Task directions >>
Determine the number of lines in the listing below in which the word "BuildSketch" is present, and state it without comment.

(Source material)

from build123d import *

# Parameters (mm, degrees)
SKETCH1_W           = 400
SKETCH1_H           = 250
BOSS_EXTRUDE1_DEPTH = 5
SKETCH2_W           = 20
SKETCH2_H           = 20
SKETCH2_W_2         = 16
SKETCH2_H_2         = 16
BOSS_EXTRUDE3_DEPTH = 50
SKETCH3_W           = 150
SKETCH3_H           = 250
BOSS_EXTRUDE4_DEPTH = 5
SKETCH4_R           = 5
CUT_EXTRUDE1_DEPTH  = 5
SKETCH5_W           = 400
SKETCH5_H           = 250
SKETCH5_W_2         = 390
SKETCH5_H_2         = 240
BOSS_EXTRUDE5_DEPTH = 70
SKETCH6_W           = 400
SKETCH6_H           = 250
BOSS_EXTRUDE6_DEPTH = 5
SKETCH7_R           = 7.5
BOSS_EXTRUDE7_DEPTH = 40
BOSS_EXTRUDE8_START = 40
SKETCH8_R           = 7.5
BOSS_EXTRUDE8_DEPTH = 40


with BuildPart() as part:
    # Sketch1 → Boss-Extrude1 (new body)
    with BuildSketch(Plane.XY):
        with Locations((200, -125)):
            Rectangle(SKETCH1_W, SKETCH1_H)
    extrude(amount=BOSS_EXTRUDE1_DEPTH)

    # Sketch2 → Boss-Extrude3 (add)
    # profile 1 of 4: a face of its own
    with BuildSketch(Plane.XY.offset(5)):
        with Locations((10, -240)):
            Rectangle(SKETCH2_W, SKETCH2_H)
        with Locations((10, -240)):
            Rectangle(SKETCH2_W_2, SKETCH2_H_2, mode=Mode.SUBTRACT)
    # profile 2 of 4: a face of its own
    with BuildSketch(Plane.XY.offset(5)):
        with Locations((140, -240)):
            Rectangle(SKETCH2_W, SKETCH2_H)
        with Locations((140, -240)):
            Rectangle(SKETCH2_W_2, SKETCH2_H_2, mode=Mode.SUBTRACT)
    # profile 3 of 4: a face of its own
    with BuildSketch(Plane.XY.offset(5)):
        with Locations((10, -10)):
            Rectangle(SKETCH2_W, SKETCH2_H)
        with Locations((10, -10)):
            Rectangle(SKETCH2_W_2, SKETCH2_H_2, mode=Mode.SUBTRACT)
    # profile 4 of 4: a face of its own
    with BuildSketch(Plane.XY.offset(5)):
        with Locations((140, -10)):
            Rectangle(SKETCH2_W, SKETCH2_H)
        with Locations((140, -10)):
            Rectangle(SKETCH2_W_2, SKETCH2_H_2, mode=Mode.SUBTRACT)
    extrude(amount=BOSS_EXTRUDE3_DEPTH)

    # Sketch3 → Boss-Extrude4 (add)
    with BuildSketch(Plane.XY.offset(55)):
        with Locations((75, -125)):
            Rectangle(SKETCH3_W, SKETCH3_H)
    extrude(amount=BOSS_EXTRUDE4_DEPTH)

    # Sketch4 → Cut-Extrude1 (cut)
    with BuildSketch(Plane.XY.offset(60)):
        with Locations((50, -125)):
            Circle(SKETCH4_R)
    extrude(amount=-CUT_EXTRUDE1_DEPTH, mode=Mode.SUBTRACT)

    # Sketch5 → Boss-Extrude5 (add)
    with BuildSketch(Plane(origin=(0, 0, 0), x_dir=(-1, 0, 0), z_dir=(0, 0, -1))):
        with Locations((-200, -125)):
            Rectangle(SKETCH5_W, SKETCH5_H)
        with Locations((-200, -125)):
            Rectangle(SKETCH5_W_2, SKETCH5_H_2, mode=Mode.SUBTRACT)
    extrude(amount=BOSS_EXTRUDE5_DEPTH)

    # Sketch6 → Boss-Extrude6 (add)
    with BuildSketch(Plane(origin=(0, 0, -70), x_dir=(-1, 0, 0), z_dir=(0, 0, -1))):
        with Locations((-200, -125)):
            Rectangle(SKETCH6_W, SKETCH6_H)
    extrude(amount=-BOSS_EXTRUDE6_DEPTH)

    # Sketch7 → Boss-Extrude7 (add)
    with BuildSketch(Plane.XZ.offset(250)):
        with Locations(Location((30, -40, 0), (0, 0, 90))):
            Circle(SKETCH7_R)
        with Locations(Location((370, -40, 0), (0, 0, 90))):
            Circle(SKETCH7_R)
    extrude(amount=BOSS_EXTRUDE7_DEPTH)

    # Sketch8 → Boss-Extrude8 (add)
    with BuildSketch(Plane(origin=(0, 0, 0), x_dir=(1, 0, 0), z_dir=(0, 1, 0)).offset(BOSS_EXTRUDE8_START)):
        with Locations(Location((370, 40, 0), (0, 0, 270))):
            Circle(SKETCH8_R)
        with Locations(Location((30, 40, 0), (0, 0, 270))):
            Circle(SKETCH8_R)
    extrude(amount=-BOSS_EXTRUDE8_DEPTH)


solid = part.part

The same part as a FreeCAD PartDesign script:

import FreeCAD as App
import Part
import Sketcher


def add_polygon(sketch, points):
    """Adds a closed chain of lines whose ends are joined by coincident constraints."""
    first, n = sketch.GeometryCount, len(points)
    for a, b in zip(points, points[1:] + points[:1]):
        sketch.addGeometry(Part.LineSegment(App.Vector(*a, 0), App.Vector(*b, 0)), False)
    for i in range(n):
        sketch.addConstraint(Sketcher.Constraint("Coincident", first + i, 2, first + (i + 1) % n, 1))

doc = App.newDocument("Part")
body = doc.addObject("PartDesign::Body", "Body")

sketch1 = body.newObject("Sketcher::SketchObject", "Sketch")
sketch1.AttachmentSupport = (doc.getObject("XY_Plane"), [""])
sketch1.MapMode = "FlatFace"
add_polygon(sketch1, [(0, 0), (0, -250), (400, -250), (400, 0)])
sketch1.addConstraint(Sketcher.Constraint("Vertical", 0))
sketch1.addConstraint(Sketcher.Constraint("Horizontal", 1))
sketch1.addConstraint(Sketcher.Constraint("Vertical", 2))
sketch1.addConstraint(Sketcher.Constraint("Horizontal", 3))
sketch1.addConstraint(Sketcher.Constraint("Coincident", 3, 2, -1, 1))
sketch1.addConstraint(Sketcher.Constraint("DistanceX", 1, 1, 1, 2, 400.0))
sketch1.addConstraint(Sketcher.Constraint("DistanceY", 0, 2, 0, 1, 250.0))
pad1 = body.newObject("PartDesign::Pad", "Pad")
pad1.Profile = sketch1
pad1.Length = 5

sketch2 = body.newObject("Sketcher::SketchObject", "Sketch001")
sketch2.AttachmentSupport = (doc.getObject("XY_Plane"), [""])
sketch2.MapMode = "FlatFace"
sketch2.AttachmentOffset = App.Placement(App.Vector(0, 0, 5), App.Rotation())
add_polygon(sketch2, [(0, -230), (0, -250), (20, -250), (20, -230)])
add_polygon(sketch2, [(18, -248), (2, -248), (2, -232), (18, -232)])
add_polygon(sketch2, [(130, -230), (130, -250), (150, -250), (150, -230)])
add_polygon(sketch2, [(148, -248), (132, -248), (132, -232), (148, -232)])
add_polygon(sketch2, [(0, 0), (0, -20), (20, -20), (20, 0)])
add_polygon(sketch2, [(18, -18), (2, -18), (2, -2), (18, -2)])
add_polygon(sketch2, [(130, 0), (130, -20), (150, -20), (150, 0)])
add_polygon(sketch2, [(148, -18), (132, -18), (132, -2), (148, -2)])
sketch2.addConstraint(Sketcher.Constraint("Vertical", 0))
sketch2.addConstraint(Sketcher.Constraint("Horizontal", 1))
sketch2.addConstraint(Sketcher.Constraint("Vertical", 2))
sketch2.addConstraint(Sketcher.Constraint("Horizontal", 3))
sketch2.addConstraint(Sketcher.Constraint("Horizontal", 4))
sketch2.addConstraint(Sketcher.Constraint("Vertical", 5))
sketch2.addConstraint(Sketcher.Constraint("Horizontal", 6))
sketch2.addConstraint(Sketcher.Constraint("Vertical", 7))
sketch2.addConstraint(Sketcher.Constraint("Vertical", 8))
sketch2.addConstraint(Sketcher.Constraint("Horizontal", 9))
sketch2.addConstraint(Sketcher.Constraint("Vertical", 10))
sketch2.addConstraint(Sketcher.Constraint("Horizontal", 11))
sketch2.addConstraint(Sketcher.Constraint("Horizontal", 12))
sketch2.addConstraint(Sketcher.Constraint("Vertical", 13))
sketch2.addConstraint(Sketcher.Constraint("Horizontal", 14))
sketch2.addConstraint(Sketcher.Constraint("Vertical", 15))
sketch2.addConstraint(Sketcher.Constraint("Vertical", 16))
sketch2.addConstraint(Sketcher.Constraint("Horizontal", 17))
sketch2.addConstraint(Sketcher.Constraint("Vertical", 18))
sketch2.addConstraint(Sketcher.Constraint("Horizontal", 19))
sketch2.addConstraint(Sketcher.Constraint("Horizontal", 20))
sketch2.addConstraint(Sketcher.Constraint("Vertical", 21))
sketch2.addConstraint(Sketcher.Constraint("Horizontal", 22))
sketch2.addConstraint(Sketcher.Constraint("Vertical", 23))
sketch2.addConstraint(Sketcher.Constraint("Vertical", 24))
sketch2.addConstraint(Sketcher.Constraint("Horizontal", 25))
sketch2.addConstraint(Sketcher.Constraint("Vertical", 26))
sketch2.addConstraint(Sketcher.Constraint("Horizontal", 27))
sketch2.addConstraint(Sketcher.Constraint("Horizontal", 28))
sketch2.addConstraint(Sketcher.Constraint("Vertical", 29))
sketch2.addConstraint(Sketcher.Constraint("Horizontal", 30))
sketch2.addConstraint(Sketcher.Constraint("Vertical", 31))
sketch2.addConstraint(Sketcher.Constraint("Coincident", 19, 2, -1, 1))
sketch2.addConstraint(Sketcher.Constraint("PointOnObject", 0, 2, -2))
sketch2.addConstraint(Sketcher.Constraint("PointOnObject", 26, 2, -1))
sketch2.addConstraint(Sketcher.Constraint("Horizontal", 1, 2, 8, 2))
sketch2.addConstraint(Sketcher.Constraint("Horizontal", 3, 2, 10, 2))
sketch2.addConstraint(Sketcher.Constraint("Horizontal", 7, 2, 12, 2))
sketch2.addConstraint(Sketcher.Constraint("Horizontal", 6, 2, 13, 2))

(End Source material)

Written answer >>
11